Recognition grammar: Although the full development of the recognition grammar is saved for a later step, it is appropriate to create a high-level definition of the grammar as you define a dialog state. This definition will be used as a guide by the grammar developer. The high-level definition should describe the specific items of information to be returned from the grammar (e.g., the destination city for a travel application), possibly by specifying the names of slots the grammar can fill. Additionally, it is often useful to provide a number of sample expressions to give the grammar developer an idea of the range of expression expected. For example, if you provide sample expressions for a yes/no grammar such as "Yup," "Okay," and "Yeah, that's what I want," the grammar writer will be aware of the need to flesh out the grammar to cover the wide variety of ways callers may express themselves to indicate yes or no.
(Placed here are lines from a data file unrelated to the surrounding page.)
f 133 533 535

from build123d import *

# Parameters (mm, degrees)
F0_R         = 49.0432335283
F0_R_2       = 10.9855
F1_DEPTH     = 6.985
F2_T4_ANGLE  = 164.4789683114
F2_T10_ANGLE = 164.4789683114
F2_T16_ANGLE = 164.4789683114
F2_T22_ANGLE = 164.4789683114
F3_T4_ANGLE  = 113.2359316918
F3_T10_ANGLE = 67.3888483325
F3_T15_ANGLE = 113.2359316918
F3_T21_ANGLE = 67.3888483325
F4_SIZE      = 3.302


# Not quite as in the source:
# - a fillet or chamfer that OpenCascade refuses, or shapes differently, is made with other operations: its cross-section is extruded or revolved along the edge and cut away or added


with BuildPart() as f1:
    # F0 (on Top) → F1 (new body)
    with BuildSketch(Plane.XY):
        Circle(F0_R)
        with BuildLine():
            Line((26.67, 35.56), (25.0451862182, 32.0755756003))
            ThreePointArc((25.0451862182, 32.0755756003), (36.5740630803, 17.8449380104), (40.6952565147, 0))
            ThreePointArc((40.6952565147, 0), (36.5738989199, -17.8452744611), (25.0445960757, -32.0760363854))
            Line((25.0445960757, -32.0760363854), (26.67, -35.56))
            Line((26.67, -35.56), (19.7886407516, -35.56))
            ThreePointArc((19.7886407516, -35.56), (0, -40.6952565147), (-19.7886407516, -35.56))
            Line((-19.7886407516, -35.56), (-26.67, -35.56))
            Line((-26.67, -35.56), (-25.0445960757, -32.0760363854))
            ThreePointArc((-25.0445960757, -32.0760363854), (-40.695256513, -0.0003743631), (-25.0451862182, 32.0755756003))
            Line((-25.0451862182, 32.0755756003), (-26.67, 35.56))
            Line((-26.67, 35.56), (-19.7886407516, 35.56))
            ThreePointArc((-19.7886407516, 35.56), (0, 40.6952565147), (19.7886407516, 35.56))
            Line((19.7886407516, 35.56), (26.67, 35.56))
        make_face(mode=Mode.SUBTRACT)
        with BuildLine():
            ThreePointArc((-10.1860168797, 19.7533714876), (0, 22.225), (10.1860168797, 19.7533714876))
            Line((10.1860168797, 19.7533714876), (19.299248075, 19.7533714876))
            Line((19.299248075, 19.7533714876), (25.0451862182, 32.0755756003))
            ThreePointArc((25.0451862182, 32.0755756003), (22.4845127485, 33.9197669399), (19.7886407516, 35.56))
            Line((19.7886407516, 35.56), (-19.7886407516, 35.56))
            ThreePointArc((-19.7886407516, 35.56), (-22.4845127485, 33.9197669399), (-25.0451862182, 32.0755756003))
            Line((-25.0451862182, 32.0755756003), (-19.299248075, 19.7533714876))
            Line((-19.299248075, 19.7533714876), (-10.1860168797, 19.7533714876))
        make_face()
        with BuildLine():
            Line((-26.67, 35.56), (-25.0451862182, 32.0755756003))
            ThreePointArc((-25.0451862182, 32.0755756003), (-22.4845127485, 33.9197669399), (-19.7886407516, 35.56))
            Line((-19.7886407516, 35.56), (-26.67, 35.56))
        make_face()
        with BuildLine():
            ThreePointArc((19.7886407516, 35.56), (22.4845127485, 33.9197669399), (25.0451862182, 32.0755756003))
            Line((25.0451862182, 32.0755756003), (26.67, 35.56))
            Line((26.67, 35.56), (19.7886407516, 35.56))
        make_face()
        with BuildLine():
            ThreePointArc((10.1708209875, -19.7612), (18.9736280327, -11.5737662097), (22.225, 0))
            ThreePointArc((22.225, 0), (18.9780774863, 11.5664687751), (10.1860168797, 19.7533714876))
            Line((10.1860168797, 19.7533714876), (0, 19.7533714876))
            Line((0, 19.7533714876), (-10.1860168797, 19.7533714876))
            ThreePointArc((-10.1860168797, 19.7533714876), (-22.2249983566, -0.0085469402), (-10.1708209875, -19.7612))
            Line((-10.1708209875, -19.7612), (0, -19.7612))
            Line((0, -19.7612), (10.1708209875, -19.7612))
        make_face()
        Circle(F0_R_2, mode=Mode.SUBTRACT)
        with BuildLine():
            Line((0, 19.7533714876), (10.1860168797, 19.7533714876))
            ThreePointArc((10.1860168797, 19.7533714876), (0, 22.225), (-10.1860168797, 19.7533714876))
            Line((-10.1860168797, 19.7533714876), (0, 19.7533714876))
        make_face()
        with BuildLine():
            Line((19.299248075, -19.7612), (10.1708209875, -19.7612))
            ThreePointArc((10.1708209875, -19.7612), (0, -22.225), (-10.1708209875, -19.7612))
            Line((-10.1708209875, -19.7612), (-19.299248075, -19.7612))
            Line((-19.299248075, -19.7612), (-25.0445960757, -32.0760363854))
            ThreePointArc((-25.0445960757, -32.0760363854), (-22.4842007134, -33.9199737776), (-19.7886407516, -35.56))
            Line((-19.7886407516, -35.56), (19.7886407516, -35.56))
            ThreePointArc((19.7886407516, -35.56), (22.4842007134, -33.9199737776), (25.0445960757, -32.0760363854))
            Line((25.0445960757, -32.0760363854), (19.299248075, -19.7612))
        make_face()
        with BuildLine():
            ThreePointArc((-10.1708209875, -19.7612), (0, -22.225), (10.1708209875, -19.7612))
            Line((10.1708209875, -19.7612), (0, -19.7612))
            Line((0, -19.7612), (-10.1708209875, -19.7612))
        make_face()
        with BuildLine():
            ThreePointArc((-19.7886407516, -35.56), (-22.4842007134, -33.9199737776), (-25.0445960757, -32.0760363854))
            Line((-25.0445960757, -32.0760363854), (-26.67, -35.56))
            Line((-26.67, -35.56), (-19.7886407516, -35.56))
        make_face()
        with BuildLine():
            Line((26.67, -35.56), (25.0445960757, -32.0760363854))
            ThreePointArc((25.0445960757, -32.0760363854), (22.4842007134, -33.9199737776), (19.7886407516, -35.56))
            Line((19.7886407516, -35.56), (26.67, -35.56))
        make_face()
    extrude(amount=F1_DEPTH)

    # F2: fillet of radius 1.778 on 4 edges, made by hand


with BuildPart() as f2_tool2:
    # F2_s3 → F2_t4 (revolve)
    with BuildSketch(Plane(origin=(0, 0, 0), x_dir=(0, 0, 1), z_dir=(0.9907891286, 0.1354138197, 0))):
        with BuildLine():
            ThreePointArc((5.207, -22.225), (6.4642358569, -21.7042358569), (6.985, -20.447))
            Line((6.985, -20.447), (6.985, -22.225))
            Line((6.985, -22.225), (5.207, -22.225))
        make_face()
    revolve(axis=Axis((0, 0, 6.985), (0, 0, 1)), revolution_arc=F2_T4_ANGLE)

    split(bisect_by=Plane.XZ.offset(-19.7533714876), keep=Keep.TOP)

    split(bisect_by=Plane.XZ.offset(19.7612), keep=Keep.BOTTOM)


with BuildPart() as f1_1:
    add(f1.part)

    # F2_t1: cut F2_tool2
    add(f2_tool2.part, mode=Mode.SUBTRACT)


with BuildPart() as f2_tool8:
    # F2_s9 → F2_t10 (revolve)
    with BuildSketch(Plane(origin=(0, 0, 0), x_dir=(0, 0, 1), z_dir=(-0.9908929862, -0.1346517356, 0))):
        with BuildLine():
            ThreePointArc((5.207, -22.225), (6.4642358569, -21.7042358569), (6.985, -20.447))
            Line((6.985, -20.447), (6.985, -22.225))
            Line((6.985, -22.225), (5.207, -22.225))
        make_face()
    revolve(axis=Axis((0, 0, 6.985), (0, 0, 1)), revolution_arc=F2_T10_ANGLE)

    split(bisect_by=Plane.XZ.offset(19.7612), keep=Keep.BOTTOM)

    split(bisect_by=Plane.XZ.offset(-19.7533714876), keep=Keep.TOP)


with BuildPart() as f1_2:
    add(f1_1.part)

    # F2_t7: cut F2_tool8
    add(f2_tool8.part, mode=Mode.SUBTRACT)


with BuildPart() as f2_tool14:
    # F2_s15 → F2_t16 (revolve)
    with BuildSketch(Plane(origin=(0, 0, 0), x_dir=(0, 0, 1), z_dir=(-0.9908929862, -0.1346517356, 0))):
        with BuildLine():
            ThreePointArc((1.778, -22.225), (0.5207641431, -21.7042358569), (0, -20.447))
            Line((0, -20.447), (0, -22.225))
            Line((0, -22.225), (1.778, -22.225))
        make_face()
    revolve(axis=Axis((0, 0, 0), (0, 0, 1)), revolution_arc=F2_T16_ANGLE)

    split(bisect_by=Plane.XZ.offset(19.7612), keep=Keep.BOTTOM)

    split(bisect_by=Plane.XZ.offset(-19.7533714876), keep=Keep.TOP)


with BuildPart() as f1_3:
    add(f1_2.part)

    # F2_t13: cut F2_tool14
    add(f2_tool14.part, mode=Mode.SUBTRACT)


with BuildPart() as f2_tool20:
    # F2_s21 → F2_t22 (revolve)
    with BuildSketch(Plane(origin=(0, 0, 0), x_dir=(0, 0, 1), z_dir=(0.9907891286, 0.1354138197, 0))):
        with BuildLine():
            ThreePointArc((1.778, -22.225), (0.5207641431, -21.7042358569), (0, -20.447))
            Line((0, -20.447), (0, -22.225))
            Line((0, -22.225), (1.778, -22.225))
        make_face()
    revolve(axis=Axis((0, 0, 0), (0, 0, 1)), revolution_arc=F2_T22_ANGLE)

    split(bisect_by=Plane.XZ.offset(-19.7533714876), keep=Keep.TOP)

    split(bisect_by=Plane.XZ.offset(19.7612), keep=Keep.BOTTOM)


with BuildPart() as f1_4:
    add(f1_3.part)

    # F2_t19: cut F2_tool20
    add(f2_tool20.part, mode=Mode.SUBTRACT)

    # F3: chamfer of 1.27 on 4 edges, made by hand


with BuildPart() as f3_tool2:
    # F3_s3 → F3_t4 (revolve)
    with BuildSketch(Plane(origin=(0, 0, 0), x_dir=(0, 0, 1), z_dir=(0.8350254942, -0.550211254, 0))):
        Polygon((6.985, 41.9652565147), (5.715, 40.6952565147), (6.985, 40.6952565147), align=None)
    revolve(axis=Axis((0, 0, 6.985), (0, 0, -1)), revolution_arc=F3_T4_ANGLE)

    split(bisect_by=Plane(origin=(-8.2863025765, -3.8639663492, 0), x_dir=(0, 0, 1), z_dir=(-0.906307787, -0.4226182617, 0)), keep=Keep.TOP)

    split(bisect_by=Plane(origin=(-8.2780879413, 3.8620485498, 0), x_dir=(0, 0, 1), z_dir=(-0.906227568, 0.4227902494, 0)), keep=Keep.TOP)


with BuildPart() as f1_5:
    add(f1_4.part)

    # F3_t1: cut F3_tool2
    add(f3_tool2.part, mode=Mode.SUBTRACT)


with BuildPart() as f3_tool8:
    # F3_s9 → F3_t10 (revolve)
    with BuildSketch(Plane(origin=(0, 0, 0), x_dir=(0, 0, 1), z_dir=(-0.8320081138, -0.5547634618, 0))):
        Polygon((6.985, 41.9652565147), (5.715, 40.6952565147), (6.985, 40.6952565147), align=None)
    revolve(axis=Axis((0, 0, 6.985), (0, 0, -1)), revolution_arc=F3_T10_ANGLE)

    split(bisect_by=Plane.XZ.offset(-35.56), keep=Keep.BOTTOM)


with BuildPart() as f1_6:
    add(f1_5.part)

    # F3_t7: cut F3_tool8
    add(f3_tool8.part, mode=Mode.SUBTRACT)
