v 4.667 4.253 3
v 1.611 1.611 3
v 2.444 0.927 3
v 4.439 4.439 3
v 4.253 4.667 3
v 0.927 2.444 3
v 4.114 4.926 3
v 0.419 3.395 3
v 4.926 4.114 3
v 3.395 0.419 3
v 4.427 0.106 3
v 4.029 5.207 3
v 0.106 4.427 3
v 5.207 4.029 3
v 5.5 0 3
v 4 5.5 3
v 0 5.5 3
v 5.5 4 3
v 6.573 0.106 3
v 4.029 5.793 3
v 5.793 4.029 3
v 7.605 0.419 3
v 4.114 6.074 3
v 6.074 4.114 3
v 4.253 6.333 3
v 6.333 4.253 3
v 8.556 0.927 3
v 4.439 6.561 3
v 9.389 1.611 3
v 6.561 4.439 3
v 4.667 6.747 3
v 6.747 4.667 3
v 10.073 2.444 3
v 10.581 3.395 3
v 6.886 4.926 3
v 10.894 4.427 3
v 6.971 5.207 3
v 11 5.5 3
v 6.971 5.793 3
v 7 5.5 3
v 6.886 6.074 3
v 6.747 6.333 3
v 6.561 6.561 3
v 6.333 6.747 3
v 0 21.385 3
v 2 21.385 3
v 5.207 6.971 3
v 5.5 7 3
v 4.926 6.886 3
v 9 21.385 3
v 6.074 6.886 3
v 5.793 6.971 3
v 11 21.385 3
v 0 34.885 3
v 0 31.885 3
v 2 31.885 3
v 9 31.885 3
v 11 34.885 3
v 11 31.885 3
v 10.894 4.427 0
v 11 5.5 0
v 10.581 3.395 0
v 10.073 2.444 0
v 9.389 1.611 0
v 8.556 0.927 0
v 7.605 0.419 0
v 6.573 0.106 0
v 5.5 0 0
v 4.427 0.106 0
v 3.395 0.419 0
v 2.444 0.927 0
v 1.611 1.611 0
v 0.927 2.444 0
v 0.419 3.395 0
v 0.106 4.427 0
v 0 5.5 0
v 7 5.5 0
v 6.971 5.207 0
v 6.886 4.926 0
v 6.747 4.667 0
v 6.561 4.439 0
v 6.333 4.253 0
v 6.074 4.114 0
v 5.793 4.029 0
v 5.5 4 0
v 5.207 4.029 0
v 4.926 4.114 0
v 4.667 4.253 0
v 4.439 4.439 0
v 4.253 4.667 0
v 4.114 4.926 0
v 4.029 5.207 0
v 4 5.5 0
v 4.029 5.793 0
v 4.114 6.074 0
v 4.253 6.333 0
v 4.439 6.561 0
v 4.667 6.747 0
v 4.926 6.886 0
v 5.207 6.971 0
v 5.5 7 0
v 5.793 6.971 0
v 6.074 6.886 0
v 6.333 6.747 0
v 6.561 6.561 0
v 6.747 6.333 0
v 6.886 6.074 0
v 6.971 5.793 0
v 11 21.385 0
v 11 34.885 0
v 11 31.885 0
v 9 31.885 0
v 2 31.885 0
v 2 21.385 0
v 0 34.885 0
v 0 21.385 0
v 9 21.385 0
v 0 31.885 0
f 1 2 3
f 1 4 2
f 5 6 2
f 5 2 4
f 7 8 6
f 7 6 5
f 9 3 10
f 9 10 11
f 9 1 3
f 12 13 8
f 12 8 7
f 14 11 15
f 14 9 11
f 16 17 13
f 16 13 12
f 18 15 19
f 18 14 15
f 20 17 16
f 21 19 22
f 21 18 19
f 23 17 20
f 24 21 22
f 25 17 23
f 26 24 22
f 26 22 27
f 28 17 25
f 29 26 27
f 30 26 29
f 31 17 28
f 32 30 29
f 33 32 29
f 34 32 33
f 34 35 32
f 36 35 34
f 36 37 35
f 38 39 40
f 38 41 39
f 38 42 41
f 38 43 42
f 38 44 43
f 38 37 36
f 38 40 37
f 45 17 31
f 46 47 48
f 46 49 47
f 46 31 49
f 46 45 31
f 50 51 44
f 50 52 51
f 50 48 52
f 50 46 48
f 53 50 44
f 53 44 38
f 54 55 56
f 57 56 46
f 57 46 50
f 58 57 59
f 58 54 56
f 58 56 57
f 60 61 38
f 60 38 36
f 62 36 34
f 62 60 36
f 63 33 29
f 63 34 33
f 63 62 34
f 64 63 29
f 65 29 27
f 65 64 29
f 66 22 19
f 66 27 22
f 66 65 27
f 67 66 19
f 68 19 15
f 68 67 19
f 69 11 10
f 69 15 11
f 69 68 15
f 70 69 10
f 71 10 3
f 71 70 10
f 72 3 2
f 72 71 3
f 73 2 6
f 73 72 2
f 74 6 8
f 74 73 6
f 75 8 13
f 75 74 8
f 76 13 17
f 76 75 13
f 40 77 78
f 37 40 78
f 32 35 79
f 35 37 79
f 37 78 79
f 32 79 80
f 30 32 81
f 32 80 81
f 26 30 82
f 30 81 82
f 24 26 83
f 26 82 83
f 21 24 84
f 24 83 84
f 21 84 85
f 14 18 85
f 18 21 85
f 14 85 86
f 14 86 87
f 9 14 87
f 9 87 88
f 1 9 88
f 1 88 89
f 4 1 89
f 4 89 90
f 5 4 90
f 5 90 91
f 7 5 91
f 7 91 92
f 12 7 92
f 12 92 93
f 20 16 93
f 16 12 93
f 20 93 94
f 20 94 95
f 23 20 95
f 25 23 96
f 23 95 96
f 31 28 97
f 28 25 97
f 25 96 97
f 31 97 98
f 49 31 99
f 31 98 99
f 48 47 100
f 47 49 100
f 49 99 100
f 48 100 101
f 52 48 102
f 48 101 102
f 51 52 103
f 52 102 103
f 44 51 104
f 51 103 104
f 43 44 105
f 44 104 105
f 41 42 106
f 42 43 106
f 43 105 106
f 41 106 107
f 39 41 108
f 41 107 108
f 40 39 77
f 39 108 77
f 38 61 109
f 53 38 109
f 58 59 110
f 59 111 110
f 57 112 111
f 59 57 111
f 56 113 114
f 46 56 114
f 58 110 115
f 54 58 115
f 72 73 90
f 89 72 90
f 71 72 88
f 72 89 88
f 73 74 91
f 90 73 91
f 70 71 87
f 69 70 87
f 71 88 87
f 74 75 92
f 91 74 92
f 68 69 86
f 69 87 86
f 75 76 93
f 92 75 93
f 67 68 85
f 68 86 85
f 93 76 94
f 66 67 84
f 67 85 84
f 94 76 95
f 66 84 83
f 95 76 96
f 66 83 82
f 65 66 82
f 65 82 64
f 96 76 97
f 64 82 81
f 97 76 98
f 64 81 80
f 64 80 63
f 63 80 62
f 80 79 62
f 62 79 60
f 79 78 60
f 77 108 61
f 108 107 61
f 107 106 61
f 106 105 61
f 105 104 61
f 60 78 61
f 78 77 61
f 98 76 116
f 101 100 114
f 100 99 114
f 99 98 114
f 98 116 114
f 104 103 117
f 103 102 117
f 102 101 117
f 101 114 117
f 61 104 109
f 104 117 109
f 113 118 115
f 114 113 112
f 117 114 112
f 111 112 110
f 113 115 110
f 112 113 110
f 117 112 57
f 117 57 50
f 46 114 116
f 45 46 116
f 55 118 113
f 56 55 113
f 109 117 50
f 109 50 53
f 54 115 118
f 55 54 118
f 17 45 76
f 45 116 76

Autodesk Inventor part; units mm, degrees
ref_plane "YZ Plane" through (0, 0, 0) normal (1, 0, 0) x (0, 1, 0)
ref_plane "XZ Plane" through (0, 0, 0) normal (0, 1, 0) x (-1, 0, 0)
ref_plane "XY Plane" through (0, 0, 0) normal (0, 0, 1) x (1, 0, 0)
sketch "Sketch6" plane through (0, 0, 0) normal (0, 0, 1) x (1, 0, 0)
  line L0 (11, 34.8851) -> (0, 34.8851)
  line L1 (2, 31.8851) -> (2, 21.3851)
  line L2 (9, 31.8851) -> (9, 21.3851)
  line L3 (2, 21.3851) -> (0, 21.3851)
  line L4 (9, 21.3851) -> (11, 21.3851)
  arc A0 (0, 5.5) -> (11, 5.5) centre (5.5, 5.5) ccw
  circle A1 centre (5.5, 5.5) radius 1.5
  line L5 (0, 31.8851) -> (2, 31.8851)
  line L6 (9, 31.8851) -> (11, 31.8851)
  line L7 (0, 34.8851) -> (0, 31.8851)
  line L8 (0, 21.3851) -> (0, 5.5)
  line L9 (11, 5.5) -> (11, 21.3851)
  line L10 (11, 31.8851) -> (11, 34.8851)
  point P0 (0, 0)
  point P1 (10, 21.3851)
  dimension "d92" = 10.5
  dimension "d93" = 10.5
  dimension "d94" = 2
  dimension "d95" = 2
  dimension "d96" = 3
  dimension "d97" = 11
  dimension "d98" = 15.8851
extrude "Extrusion3" add sketch "Sketch6" along normal blind 3
properties part number "4P.01.01.16-BC-v1-Final Flap L2 80deg" material "Acrylic, Clear"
Error handling: Many things can go wrong during recognition. The caller may say something not covered by the grammar, or background noise may prevent accurate recognition. In both these cases, the recognizer is likely to return a reject. The caller may not respond at all, in which case the recognizer may return a no-speech timeout. For each type of error message that the recognizer may return, the designer must specify appropriate handling (such as the reprompt, "Sorry, how much do you want to transfer?" in the earlier example). Chapter 13 discusses error handling in detail.
Handling of universals: Chapter 5 describes universal commands. Occasionally, a universal must be overridden in a particular dialog state.
Action specification: There are a number of actions that may happen during execution of a dialog state that should be specified. For example, the application may access a backend database or other system. If so, you must specify handling for all possible failure modes as well as for success. Additionally, you should specify transitions to other dialog states along with any logic or conditions for the transfer (the call flow diagram, shown in a moment, is a convenient place to specify transitions).

These are the components of a typical dialog state. The next two sections cover the methodology for creating the two primary elements of a design: the call flow and the prompts.